- [Data listing]:
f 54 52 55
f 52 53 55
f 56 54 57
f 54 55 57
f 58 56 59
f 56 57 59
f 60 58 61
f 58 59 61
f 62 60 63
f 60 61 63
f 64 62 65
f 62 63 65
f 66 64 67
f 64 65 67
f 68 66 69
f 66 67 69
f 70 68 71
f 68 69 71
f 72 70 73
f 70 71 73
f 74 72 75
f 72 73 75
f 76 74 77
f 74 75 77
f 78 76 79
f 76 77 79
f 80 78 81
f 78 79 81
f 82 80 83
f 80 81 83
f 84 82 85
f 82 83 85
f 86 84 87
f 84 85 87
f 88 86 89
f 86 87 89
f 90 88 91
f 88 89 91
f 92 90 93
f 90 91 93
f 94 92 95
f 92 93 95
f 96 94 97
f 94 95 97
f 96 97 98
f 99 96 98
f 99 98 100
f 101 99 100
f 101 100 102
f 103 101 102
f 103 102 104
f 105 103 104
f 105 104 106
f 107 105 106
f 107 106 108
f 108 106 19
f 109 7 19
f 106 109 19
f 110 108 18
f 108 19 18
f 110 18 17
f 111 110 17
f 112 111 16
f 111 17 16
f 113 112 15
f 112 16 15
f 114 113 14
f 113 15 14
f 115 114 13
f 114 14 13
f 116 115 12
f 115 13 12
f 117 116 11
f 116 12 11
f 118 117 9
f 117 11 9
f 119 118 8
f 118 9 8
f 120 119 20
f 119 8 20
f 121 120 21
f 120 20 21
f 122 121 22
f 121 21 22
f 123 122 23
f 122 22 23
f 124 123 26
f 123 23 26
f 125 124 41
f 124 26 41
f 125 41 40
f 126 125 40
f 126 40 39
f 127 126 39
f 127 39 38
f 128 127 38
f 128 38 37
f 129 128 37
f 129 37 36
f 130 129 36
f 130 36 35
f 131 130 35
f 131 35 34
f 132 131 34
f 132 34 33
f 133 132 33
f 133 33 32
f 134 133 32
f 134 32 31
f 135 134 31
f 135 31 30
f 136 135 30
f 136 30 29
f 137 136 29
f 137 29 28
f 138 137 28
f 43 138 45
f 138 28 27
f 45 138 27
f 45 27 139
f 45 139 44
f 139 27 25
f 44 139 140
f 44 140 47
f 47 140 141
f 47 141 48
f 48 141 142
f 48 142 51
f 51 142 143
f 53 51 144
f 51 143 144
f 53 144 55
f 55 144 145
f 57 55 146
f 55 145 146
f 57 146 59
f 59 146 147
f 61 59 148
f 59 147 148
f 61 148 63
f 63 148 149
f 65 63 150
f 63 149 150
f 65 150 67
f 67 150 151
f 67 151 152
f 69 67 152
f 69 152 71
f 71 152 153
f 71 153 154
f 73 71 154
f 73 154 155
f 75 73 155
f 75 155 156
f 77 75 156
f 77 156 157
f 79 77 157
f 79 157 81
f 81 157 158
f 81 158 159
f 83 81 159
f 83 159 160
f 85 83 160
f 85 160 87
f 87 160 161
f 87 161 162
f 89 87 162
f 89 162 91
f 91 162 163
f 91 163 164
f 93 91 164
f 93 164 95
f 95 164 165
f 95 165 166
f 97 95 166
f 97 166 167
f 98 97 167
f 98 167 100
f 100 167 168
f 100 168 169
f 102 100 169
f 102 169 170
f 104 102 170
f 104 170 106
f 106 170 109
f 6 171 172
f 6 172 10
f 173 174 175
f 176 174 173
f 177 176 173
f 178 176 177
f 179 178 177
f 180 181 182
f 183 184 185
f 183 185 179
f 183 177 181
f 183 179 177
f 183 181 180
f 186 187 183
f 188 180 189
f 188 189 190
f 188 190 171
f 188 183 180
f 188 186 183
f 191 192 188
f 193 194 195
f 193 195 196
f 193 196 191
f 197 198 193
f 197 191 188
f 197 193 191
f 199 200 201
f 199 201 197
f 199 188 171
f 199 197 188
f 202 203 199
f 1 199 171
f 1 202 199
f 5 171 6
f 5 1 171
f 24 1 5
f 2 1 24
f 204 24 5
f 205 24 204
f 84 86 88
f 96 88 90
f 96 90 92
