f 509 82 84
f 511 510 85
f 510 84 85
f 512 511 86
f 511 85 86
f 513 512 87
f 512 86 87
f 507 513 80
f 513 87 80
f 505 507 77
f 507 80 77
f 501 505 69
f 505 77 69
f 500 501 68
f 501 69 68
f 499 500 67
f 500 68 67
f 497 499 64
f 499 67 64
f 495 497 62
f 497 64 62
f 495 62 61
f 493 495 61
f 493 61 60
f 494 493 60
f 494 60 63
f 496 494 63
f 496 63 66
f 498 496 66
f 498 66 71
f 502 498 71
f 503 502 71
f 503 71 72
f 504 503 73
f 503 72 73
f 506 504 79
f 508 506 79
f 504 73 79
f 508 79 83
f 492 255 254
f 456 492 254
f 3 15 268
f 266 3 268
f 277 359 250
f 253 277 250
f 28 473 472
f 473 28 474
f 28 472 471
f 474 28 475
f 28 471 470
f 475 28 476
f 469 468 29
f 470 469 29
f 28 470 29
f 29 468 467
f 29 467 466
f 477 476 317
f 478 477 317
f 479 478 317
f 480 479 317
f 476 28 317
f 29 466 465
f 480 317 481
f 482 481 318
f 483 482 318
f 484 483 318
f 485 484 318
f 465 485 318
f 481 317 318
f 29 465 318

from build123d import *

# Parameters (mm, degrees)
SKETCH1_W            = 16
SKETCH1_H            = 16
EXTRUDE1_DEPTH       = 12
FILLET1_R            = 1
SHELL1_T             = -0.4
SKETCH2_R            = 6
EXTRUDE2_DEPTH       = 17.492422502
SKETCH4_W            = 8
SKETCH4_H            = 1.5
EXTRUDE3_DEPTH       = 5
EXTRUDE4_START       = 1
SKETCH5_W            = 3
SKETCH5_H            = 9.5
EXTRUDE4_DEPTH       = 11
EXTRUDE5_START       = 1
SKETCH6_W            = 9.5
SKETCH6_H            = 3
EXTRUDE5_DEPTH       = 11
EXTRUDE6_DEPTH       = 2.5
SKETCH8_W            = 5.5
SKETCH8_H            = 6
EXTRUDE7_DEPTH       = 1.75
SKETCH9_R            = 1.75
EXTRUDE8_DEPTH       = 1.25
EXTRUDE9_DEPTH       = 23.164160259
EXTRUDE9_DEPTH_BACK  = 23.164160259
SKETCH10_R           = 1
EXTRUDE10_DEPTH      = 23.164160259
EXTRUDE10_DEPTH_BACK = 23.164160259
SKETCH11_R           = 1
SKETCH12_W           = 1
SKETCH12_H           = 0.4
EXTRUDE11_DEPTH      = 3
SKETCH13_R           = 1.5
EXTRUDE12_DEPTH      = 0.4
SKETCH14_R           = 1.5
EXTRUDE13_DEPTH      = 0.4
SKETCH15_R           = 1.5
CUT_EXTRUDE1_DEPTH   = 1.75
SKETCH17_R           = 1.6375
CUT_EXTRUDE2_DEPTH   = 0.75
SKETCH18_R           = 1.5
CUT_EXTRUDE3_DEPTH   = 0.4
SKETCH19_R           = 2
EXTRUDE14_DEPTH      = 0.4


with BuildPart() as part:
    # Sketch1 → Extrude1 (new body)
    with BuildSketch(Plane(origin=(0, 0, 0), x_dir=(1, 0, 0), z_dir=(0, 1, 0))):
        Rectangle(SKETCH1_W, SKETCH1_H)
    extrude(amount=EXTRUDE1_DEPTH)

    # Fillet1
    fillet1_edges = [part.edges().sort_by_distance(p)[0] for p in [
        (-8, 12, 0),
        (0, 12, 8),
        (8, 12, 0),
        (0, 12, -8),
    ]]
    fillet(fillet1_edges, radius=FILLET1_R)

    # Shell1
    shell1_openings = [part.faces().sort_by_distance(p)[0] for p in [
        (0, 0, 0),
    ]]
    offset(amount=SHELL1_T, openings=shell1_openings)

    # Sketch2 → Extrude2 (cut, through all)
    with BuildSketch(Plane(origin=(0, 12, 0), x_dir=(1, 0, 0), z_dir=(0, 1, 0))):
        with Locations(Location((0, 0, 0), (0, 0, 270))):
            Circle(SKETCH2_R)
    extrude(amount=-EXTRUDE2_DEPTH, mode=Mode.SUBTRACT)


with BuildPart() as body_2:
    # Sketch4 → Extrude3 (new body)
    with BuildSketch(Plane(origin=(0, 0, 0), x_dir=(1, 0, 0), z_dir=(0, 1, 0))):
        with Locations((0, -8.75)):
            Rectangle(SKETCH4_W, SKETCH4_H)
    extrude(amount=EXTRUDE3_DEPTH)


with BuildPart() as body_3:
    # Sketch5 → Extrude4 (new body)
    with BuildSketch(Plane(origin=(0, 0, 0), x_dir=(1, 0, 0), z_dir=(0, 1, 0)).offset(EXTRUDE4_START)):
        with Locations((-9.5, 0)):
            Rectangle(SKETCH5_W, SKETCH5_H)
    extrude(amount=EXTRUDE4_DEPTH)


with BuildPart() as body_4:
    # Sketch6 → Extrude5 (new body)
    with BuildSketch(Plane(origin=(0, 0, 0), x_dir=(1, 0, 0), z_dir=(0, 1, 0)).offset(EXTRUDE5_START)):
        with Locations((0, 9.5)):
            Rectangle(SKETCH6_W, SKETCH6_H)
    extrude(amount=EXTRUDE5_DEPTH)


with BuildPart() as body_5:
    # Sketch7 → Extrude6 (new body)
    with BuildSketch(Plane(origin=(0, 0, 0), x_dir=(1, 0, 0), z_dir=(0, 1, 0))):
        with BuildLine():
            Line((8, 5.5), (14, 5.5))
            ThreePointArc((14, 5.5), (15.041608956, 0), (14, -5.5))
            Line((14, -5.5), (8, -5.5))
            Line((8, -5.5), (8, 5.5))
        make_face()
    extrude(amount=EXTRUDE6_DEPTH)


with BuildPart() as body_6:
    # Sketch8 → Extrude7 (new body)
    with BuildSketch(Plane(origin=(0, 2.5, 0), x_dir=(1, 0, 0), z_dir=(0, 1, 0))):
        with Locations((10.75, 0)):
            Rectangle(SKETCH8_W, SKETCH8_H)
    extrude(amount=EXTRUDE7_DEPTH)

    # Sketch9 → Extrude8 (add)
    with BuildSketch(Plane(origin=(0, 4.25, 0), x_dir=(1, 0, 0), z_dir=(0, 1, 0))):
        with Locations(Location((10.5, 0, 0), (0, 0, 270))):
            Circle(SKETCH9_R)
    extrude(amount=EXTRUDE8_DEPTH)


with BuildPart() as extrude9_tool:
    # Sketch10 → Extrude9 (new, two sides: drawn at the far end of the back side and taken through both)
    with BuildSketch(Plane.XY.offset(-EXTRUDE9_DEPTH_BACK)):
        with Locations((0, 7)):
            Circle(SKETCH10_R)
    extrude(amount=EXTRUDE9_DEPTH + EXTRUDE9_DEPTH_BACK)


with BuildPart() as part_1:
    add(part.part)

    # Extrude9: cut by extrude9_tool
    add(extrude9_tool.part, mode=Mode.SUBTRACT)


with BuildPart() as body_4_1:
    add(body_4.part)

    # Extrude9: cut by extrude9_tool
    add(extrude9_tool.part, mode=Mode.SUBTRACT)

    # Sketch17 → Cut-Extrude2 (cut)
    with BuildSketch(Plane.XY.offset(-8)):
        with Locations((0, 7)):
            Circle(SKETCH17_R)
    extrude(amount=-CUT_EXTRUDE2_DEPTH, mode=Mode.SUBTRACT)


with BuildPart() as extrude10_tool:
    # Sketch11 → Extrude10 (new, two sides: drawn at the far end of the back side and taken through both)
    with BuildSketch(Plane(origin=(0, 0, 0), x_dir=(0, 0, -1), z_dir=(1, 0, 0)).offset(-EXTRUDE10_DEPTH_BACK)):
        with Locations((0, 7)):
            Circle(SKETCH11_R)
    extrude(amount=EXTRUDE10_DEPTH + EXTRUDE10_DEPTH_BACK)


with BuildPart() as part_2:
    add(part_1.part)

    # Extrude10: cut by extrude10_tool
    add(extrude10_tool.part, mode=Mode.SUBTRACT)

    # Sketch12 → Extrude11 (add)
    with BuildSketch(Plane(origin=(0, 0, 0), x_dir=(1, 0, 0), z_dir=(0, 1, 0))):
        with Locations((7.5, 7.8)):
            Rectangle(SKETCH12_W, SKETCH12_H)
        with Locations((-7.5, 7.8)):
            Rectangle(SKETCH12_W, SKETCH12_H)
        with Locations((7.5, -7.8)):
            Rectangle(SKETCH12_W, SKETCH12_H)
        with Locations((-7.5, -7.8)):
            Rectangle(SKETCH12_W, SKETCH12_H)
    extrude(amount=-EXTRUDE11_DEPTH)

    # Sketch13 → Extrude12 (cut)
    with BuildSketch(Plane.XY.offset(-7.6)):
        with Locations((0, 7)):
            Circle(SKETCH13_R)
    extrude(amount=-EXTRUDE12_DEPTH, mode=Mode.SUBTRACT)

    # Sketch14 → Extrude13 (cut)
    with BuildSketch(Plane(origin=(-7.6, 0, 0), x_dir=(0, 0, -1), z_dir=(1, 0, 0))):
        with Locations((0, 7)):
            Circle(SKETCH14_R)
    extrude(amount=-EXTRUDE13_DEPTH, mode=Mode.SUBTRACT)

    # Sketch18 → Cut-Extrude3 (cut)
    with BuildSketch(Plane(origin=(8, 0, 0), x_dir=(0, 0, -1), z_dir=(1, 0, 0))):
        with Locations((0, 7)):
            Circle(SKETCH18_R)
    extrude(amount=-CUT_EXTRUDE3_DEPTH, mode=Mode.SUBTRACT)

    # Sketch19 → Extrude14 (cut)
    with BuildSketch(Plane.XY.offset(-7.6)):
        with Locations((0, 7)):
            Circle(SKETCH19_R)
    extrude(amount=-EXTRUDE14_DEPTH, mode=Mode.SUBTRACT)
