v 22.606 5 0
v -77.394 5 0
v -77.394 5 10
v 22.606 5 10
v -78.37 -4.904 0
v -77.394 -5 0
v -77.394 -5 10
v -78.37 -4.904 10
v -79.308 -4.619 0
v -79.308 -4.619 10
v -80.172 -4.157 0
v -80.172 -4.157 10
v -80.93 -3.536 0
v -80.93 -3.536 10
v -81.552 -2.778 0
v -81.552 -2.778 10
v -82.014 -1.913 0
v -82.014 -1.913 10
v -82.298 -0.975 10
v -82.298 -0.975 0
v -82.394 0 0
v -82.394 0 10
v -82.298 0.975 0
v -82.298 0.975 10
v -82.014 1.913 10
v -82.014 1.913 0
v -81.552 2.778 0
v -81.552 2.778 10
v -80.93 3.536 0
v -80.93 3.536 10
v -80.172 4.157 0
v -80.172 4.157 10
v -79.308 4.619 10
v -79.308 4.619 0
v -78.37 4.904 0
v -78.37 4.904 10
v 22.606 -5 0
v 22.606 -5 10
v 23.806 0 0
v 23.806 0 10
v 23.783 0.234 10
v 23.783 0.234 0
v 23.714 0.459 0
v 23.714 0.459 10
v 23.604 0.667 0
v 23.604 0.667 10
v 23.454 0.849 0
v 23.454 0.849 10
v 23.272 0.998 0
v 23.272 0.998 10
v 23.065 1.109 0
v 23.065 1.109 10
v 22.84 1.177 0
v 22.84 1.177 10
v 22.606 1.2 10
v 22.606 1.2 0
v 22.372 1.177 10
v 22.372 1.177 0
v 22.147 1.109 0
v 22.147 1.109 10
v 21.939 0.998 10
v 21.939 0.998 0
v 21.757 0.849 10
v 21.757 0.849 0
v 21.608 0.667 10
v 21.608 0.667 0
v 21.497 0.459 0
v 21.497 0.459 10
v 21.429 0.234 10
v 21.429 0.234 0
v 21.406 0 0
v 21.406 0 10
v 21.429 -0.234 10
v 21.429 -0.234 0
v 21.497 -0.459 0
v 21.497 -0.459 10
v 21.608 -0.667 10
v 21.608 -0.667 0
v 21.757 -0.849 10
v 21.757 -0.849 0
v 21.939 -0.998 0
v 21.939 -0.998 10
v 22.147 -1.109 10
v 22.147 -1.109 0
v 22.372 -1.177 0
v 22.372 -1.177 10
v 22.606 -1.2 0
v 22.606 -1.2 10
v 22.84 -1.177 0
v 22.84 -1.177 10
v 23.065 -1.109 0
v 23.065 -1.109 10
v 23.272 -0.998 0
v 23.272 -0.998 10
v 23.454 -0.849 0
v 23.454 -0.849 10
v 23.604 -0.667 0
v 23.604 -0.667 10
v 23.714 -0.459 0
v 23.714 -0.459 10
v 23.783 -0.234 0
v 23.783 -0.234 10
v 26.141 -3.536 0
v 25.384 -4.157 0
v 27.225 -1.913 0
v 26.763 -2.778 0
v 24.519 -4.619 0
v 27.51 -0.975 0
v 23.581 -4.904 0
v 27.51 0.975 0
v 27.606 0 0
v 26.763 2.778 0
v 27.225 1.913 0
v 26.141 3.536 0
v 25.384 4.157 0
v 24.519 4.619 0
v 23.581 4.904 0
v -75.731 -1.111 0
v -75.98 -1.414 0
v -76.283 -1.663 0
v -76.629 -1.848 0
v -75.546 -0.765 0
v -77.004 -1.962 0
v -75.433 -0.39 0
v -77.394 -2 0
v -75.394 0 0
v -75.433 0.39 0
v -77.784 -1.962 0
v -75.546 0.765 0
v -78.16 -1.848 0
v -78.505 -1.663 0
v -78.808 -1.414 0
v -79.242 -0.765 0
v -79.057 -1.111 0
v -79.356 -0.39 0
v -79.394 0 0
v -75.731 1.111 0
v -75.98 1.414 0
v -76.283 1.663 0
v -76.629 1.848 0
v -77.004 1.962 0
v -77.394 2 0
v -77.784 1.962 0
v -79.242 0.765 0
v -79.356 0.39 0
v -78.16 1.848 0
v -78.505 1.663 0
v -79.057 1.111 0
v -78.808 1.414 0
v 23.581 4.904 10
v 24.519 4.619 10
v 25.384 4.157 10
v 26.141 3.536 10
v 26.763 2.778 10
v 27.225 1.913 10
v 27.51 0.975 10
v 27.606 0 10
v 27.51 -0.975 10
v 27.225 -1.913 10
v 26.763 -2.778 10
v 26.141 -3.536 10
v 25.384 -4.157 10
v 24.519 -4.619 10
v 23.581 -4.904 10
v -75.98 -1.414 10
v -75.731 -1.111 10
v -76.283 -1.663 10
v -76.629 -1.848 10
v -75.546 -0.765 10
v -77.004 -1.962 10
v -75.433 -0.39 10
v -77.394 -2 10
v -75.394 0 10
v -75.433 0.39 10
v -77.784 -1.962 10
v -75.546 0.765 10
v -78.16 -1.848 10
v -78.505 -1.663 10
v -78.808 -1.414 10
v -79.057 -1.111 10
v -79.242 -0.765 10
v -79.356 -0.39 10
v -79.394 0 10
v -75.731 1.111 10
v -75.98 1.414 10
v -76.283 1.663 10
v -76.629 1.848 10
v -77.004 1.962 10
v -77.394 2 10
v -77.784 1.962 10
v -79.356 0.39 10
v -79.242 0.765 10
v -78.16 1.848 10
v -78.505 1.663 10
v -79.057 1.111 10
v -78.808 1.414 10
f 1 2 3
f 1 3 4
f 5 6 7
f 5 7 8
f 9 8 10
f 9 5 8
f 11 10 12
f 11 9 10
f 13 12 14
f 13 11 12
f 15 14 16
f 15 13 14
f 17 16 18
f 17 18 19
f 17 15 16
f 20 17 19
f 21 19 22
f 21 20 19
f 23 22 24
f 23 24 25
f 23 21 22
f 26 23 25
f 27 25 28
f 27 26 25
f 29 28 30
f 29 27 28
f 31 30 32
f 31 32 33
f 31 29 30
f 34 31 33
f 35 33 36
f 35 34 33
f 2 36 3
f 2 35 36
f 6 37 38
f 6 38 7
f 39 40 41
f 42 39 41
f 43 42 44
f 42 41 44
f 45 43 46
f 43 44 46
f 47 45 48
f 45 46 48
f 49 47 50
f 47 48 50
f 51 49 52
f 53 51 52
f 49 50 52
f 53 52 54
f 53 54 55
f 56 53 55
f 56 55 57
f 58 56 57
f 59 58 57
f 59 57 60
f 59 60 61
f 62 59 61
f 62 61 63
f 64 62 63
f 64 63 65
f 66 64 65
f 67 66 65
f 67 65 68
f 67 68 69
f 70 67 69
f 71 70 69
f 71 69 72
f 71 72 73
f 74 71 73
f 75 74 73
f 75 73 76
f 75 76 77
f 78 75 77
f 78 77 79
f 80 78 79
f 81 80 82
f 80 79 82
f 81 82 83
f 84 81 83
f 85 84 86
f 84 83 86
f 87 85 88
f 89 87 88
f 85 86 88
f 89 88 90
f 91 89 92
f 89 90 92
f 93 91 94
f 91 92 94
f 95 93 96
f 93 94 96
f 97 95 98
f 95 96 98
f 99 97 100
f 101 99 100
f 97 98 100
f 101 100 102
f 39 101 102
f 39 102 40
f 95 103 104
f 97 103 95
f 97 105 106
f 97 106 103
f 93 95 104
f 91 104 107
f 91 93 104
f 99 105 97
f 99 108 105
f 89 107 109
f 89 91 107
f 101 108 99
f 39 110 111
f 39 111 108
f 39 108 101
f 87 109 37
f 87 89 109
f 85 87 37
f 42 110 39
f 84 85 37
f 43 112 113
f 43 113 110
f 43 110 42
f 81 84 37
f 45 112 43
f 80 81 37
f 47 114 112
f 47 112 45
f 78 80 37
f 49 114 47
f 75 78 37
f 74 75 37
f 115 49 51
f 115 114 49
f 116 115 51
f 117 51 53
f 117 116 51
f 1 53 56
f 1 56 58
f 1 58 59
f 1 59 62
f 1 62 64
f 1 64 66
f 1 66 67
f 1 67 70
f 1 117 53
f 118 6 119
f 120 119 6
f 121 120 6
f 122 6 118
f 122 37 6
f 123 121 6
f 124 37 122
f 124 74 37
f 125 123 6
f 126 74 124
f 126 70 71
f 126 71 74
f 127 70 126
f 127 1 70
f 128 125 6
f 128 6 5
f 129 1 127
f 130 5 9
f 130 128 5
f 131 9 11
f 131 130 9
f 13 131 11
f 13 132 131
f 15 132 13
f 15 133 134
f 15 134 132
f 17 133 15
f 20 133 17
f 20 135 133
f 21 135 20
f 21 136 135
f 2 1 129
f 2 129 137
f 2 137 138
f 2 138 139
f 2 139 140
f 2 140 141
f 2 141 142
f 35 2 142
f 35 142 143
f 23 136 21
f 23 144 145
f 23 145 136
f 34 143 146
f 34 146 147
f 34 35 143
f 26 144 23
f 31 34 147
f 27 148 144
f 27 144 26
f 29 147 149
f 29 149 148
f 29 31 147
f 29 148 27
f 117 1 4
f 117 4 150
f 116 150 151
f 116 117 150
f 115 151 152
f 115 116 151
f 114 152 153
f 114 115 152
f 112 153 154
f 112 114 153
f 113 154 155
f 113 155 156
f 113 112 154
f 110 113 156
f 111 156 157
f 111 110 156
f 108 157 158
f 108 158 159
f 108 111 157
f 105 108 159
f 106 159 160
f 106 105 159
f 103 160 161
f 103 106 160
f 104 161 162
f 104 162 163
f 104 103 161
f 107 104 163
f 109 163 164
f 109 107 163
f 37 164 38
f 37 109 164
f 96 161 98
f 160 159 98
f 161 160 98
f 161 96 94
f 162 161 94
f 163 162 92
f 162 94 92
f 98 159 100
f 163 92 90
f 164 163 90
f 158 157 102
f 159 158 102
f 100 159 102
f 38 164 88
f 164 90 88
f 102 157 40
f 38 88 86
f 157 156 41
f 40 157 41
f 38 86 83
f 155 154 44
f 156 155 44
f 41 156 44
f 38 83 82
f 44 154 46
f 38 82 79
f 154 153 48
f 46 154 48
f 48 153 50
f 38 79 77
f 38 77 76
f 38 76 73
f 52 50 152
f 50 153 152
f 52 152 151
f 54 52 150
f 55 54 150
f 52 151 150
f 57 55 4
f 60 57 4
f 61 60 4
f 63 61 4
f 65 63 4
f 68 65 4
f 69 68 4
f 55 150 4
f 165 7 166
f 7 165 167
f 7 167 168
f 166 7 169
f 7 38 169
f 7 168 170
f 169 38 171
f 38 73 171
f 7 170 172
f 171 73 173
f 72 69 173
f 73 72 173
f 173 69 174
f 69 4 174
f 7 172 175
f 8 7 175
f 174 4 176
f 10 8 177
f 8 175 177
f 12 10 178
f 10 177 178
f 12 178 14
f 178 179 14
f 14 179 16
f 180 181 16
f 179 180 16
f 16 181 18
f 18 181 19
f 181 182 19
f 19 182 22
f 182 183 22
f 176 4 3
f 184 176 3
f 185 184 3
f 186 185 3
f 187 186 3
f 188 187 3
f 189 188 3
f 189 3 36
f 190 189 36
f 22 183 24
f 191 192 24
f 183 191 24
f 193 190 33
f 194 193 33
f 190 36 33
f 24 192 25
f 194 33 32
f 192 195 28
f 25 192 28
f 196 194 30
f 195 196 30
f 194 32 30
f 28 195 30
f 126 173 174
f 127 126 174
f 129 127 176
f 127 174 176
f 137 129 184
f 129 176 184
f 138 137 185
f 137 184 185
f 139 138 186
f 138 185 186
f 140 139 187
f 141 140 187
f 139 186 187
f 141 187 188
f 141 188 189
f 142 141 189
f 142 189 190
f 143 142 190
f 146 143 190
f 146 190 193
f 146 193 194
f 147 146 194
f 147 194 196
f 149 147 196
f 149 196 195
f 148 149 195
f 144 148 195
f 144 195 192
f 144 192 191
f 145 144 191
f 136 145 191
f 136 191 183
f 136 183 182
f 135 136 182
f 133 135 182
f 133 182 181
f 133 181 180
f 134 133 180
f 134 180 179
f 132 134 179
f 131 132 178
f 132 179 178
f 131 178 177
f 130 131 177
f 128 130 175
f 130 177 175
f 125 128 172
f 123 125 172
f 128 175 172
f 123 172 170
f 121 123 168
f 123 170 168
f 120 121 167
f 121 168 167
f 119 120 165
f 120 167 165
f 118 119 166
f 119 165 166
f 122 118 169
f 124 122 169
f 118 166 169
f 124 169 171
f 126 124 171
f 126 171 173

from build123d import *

# Parameters (mm, degrees)
EXTRUDE_1_DEPTH     = 10
SKETCH_2_R          = 2
CUT_EXTRUDE_1_DEPTH = 84.149305617
SKETCH_3_R          = 1.2
CUT_EXTRUDE_2_DEPTH = 84.149305617


with BuildPart() as part:
    # 草图1 → 凸台-拉伸1 (new body)
    with BuildSketch(Plane.XY):
        with BuildLine():
            Line((-77.394217179, 5), (22.605782821, 5))
            ThreePointArc((22.605782821, 5), (27.605782821, 0), (22.605782821, -5))
            Line((22.605782821, -5), (-77.394217179, -5))
            ThreePointArc((-77.394217179, -5), (-82.394217179, 0), (-77.394217179, 5))
        make_face()
    extrude(amount=EXTRUDE_1_DEPTH)

    # 草图2 → 切除-拉伸1 (cut, through all)
    with BuildSketch(Plane.XY.offset(10)):
        with Locations((-77.394217179, 0)):
            Circle(SKETCH_2_R)
    extrude(amount=-CUT_EXTRUDE_1_DEPTH, mode=Mode.SUBTRACT)

    # 草图3 → 切除-拉伸2 (cut, through all)
    with BuildSketch(Plane.XY.offset(10)):
        with Locations((22.605782821, 0)):
            Circle(SKETCH_3_R)
    extrude(amount=-CUT_EXTRUDE_2_DEPTH, mode=Mode.SUBTRACT)


solid = part.part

- [Task to complete]: Pull every line with the string "both" from the data above.

- [Exercise result]:
    # Sketch10 → Extrude9 (new, two sides: drawn at the far end of the back side and taken through both)
    # Sketch11 → Extrude10 (new, two sides: drawn at the far end of the back side and taken through both)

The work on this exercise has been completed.